What the task requires: Only one stretch of the records below should be repeated. It starts with the line containing "arc A3 (10.0502, -46.2)" and goes on through the line containing "line L3 (-28.4, -2.5) -> (-43, -2.5)", exactly as written.

Source information:
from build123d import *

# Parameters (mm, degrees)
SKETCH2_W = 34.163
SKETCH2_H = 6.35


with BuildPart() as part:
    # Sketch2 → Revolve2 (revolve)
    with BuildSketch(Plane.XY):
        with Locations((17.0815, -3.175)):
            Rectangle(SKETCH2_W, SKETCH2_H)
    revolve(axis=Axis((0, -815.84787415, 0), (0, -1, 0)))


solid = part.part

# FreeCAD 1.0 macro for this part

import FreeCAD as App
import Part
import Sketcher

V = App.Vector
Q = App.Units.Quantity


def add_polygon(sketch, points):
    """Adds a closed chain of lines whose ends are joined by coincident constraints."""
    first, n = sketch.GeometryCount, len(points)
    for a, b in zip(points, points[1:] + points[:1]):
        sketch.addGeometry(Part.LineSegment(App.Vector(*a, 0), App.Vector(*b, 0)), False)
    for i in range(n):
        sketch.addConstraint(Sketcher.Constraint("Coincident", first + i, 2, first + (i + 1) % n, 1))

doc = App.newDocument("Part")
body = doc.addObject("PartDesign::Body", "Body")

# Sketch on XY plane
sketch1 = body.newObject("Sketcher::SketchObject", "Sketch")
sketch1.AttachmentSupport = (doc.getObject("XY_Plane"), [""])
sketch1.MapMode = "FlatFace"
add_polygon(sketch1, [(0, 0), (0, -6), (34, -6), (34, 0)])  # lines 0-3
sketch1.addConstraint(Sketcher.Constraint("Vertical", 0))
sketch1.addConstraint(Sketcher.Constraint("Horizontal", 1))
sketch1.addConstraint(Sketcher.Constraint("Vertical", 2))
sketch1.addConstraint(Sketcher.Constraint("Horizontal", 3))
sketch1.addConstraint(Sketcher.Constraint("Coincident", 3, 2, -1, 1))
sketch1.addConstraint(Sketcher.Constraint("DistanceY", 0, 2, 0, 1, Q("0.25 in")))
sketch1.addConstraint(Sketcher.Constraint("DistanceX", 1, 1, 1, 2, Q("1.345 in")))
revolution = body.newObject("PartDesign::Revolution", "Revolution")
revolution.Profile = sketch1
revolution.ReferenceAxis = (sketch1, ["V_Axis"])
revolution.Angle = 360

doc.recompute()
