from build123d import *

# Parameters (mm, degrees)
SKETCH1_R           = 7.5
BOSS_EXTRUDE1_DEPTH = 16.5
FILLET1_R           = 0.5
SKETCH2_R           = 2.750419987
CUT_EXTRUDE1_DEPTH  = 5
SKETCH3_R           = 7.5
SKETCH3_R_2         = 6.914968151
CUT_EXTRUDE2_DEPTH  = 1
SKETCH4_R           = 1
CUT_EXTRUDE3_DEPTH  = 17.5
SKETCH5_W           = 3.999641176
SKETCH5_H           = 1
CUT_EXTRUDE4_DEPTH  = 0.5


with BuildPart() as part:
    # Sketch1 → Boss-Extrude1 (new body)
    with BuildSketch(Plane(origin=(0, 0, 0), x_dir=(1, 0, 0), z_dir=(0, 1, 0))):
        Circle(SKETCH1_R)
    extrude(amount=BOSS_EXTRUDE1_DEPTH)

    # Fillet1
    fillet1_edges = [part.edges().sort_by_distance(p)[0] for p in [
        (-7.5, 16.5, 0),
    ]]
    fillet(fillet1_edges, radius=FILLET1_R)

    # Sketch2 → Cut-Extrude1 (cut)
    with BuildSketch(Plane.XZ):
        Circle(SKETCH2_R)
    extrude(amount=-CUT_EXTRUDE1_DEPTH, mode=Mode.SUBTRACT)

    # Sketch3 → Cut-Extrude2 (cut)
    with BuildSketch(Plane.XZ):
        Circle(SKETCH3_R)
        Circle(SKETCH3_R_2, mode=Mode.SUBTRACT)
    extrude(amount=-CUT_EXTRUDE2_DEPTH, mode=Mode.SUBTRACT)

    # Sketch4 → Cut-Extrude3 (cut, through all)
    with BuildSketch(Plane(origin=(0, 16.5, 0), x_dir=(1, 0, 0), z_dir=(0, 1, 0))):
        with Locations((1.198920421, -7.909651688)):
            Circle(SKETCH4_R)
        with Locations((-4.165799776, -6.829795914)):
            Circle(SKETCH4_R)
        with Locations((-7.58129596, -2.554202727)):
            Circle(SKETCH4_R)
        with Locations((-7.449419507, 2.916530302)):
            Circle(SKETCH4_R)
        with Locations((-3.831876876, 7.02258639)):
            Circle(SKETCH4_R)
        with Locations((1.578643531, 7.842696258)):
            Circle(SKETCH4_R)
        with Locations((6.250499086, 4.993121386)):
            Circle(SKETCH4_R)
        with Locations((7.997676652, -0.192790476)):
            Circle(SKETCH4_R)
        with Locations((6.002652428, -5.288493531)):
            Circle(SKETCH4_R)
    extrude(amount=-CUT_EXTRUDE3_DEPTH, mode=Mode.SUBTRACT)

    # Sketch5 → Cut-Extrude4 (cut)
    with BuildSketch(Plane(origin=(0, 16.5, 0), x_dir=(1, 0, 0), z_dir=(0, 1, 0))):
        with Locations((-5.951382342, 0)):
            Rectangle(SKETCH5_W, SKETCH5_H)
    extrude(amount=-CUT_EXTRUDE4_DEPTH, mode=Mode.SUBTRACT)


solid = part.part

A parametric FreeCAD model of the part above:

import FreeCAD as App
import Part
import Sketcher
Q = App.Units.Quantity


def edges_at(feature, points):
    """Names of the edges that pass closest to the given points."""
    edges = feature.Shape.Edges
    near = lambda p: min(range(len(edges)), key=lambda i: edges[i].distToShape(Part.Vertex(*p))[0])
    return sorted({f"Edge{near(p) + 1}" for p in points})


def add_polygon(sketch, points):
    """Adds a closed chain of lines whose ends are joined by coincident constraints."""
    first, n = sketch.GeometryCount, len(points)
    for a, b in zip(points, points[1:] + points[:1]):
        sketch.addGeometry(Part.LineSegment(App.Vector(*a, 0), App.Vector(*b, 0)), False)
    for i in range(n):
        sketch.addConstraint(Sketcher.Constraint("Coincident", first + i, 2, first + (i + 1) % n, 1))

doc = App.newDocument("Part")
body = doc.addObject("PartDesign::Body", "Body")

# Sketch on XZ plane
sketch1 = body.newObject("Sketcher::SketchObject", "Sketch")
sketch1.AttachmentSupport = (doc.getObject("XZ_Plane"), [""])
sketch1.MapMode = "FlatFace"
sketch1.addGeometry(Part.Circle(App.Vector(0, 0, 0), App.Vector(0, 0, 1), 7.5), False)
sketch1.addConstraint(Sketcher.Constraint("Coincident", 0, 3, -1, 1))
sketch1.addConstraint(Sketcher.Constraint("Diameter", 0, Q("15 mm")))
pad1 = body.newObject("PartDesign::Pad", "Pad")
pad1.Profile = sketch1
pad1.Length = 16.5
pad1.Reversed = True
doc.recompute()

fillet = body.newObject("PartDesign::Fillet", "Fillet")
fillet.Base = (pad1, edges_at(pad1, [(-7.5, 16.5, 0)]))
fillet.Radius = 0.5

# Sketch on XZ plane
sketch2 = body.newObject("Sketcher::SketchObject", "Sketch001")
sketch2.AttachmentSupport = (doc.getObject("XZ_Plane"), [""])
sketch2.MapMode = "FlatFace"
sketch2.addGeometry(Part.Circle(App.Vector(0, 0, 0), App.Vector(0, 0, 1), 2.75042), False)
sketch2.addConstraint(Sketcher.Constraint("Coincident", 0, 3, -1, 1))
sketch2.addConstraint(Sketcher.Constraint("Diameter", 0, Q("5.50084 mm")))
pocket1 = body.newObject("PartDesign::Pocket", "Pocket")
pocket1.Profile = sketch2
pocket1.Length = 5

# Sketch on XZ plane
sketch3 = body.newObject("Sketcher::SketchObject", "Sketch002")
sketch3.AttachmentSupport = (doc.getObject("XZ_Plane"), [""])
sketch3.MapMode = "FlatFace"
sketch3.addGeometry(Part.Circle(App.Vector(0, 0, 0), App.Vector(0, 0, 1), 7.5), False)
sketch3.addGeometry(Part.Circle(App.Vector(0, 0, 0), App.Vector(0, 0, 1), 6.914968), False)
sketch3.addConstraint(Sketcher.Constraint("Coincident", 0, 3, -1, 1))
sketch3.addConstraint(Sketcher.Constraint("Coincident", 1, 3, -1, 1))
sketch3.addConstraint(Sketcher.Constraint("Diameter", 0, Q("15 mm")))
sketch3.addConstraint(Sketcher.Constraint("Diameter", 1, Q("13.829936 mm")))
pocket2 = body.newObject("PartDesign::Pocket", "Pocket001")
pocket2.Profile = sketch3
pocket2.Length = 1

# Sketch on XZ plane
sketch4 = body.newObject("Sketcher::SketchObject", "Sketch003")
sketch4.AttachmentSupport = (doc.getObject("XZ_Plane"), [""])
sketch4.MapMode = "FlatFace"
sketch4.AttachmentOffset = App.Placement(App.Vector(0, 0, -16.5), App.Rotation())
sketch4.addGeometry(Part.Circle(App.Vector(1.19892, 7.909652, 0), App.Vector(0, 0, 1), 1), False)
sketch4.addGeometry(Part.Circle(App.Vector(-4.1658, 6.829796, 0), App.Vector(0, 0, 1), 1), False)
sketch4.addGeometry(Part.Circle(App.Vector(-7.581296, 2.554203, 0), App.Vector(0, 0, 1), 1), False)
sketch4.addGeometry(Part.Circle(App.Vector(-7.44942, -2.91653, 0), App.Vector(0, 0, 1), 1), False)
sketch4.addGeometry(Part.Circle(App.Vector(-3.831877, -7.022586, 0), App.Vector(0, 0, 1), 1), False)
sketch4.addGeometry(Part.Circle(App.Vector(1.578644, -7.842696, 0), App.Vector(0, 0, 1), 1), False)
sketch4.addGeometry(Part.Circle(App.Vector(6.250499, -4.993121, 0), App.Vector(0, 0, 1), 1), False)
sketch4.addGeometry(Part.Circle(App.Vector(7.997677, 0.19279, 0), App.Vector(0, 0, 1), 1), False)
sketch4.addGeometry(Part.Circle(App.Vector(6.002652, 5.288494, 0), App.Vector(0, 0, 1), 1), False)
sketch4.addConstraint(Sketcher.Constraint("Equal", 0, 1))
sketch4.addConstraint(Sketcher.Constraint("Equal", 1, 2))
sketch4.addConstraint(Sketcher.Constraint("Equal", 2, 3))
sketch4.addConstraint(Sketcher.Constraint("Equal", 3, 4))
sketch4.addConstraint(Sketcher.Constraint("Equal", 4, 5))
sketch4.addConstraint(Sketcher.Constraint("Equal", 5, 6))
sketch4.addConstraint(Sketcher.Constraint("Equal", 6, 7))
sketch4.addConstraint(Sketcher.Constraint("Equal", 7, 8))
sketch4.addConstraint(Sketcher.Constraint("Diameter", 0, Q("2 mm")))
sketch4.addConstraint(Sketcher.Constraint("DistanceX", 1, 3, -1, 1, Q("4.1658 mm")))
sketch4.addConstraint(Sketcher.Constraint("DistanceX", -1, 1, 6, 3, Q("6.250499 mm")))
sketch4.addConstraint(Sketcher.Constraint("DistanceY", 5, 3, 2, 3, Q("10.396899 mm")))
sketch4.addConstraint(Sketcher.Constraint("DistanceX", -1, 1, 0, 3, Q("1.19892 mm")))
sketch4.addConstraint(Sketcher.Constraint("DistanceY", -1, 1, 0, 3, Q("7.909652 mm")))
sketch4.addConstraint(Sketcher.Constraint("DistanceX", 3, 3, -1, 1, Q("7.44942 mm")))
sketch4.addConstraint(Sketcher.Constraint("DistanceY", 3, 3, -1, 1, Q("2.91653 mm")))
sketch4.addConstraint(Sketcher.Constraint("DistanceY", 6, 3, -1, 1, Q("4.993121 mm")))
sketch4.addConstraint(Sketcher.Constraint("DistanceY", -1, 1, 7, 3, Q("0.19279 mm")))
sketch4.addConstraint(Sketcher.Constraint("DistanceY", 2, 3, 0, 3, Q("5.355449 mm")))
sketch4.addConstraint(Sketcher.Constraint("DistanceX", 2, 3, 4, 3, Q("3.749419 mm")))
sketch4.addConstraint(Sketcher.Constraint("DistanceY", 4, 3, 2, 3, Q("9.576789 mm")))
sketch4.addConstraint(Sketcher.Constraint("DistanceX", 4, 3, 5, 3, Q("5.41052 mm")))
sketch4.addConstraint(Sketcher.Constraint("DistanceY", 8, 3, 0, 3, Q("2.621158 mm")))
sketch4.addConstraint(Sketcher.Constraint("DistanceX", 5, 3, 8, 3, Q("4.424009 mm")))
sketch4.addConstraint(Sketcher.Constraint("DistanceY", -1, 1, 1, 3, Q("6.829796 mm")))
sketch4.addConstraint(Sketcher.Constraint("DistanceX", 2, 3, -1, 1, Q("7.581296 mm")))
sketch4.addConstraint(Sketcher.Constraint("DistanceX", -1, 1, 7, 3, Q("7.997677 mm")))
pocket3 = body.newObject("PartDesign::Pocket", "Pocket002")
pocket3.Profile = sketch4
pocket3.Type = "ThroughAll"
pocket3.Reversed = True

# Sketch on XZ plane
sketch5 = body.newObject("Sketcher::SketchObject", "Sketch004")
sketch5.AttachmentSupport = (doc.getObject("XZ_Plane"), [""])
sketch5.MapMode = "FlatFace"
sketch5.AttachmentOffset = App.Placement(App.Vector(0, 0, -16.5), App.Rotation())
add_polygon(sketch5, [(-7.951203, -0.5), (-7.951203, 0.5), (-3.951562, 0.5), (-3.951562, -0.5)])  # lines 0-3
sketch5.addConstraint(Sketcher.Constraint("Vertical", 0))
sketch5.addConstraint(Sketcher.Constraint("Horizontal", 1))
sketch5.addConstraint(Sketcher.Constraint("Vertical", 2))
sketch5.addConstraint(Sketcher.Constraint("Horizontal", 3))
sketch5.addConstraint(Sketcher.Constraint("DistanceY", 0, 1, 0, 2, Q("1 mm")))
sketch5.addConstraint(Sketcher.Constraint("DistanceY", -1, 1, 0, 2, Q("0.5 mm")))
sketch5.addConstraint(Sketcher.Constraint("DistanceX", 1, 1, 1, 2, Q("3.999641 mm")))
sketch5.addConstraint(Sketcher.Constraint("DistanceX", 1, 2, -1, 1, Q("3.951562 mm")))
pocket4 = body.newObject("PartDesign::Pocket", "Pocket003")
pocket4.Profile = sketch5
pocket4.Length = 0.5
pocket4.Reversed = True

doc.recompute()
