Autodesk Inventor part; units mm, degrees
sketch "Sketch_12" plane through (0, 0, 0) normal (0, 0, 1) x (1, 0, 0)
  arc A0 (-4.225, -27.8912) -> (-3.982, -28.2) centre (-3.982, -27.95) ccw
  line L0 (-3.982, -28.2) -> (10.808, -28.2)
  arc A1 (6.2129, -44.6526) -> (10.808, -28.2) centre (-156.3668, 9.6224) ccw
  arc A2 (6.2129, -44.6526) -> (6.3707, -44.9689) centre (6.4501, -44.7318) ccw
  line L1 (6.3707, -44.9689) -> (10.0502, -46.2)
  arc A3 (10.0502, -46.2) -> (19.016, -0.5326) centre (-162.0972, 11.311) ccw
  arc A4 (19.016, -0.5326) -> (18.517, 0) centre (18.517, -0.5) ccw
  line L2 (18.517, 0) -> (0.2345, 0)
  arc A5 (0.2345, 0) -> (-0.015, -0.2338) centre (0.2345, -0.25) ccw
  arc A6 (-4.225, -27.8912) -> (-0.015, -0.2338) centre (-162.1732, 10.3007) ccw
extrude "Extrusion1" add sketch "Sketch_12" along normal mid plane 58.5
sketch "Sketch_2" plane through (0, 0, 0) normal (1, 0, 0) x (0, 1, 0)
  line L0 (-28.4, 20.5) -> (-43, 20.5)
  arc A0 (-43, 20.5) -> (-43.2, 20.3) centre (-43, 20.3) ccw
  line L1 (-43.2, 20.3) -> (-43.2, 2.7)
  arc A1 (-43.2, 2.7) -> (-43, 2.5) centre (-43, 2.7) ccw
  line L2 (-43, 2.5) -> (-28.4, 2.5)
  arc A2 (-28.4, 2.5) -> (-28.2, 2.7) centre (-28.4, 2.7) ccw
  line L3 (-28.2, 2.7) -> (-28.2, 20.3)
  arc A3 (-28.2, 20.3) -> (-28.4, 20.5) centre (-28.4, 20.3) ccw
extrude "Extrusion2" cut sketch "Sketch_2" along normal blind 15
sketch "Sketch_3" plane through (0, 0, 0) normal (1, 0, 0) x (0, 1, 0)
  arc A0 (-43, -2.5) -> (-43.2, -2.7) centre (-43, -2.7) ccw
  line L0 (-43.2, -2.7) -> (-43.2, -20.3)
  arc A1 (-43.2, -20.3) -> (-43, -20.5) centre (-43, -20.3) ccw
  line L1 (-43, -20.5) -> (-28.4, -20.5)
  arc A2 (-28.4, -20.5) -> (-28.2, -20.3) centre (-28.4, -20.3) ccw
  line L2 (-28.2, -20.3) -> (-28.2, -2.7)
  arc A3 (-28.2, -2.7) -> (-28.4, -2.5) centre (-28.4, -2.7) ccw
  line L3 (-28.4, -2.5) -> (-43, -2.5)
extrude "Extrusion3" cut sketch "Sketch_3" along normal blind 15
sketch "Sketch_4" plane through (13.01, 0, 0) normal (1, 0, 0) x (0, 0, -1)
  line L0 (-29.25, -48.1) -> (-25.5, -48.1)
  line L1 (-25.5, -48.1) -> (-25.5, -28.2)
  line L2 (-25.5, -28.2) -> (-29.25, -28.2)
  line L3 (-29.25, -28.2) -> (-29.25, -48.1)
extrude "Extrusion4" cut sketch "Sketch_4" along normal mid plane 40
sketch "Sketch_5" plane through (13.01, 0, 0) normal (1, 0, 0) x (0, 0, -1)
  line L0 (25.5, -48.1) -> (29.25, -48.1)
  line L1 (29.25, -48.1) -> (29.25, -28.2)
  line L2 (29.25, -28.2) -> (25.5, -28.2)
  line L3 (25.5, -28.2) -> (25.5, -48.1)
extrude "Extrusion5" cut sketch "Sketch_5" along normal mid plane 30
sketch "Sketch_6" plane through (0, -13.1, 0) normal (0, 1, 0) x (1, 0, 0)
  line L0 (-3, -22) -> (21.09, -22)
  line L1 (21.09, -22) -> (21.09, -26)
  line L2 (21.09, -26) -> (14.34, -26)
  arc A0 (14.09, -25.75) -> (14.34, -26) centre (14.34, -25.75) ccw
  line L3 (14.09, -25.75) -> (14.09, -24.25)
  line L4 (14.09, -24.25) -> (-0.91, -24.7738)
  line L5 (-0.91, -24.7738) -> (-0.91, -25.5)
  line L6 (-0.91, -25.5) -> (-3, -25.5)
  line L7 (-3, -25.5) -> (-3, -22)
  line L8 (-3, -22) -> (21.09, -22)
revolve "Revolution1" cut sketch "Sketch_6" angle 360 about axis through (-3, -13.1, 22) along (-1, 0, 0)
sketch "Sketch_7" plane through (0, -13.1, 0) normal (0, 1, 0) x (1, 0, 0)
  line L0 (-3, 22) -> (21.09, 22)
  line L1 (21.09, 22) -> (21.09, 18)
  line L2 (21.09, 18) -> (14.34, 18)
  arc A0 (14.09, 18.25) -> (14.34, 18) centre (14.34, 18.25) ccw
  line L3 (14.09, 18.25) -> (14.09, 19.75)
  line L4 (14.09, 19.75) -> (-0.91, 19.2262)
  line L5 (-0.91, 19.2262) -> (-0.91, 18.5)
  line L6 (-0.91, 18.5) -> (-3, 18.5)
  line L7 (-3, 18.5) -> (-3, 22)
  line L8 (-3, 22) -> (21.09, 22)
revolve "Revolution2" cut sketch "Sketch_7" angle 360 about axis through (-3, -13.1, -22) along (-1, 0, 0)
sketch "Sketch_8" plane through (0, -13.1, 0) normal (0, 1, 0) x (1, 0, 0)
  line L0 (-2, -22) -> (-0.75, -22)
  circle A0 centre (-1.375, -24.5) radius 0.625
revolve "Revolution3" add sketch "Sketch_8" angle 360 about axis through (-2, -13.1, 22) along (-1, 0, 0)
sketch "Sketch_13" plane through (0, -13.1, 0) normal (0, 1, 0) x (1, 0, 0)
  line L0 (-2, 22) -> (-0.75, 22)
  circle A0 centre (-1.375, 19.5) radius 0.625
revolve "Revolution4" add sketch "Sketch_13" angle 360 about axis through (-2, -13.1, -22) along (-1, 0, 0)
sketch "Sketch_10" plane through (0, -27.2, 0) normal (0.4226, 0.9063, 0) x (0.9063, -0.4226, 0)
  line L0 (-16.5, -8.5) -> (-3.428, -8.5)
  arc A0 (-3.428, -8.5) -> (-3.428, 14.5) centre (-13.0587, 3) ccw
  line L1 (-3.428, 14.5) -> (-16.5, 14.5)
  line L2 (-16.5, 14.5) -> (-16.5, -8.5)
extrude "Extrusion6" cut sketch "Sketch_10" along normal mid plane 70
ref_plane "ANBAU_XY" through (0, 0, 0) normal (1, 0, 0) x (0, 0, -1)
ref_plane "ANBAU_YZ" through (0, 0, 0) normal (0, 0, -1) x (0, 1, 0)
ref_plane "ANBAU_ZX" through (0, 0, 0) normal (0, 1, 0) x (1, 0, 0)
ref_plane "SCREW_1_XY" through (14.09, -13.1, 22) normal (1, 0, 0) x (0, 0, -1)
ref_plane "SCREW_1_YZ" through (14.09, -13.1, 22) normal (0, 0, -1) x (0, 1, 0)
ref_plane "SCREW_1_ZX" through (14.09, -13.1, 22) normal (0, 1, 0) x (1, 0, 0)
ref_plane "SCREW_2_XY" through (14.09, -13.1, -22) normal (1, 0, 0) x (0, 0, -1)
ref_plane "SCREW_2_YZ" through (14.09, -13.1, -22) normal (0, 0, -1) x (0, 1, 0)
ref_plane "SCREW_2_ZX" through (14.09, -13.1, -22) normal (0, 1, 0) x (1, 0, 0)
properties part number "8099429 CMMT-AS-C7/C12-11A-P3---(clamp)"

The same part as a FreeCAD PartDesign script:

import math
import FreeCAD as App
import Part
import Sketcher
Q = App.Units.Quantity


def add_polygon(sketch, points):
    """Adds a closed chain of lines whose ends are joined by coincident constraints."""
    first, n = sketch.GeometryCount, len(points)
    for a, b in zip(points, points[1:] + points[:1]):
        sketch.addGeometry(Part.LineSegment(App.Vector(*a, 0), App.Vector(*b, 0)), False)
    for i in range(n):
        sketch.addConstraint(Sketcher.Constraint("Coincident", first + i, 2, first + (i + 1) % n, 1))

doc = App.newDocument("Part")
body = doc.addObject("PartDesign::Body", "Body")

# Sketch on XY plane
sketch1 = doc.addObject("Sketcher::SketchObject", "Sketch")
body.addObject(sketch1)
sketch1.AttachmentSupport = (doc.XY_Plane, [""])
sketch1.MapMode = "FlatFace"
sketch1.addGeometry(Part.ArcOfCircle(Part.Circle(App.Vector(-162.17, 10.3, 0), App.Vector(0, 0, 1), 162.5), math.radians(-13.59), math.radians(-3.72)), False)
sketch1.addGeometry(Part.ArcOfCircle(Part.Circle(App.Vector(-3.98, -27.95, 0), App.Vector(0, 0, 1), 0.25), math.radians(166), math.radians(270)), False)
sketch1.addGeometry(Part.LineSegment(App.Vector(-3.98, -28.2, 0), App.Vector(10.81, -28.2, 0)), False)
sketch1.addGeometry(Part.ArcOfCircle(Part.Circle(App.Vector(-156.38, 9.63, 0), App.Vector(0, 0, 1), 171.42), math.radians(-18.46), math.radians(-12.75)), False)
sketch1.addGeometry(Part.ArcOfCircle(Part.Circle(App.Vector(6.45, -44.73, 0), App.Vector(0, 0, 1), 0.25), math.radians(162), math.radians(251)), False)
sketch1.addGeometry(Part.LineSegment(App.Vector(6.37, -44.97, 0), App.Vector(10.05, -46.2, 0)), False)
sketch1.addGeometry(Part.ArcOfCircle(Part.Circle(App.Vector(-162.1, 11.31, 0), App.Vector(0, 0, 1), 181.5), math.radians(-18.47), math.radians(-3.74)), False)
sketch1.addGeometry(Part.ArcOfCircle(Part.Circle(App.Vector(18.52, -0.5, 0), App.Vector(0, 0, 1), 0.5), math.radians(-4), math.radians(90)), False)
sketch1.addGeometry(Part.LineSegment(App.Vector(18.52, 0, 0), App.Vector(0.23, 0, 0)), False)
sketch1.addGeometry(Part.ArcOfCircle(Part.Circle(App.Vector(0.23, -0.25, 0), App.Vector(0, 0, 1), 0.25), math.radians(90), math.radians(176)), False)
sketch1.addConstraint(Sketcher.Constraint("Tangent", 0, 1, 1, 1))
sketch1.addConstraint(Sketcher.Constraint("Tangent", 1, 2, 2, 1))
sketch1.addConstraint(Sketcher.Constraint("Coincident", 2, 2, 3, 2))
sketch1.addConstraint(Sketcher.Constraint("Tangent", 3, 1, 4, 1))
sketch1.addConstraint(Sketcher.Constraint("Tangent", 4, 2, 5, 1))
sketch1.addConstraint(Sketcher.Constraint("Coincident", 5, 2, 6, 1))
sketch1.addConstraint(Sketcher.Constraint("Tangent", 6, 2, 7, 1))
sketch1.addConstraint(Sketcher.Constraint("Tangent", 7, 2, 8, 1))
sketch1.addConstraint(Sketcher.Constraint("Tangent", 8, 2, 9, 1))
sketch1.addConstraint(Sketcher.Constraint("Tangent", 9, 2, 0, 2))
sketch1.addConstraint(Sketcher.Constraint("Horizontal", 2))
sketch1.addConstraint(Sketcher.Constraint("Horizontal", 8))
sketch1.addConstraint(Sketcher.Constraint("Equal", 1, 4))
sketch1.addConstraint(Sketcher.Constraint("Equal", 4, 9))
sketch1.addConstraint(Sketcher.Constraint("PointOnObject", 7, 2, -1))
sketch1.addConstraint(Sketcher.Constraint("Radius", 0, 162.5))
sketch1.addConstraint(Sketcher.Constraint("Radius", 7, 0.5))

Exercise answer:
  arc A3 (10.0502, -46.2) -> (19.016, -0.5326) centre (-162.0972, 11.311) ccw
  arc A4 (19.016, -0.5326) -> (18.517, 0) centre (18.517, -0.5) ccw
  line L2 (18.517, 0) -> (0.2345, 0)
  arc A5 (0.2345, 0) -> (-0.015, -0.2338) centre (0.2345, -0.25) ccw
  arc A6 (-4.225, -27.8912) -> (-0.015, -0.2338) centre (-162.1732, 10.3007) ccw
extrude "Extrusion1" add sketch "Sketch_12" along normal mid plane 58.5
sketch "Sketch_2" plane through (0, 0, 0) normal (1, 0, 0) x (0, 1, 0)
  line L0 (-28.4, 20.5) -> (-43, 20.5)
  arc A0 (-43, 20.5) -> (-43.2, 20.3) centre (-43, 20.3) ccw
  line L1 (-43.2, 20.3) -> (-43.2, 2.7)
  arc A1 (-43.2, 2.7) -> (-43, 2.5) centre (-43, 2.7) ccw
  line L2 (-43, 2.5) -> (-28.4, 2.5)
  arc A2 (-28.4, 2.5) -> (-28.2, 2.7) centre (-28.4, 2.7) ccw
  line L3 (-28.2, 2.7) -> (-28.2, 20.3)
  arc A3 (-28.2, 20.3) -> (-28.4, 20.5) centre (-28.4, 20.3) ccw
extrude "Extrusion2" cut sketch "Sketch_2" along normal blind 15
sketch "Sketch_3" plane through (0, 0, 0) normal (1, 0, 0) x (0, 1, 0)
  arc A0 (-43, -2.5) -> (-43.2, -2.7) centre (-43, -2.7) ccw
  line L0 (-43.2, -2.7) -> (-43.2, -20.3)
  arc A1 (-43.2, -20.3) -> (-43, -20.5) centre (-43, -20.3) ccw
  line L1 (-43, -20.5) -> (-28.4, -20.5)
  arc A2 (-28.4, -20.5) -> (-28.2, -20.3) centre (-28.4, -20.3) ccw
  line L2 (-28.2, -20.3) -> (-28.2, -2.7)
  arc A3 (-28.2, -2.7) -> (-28.4, -2.5) centre (-28.4, -2.7) ccw
  line L3 (-28.4, -2.5) -> (-43, -2.5)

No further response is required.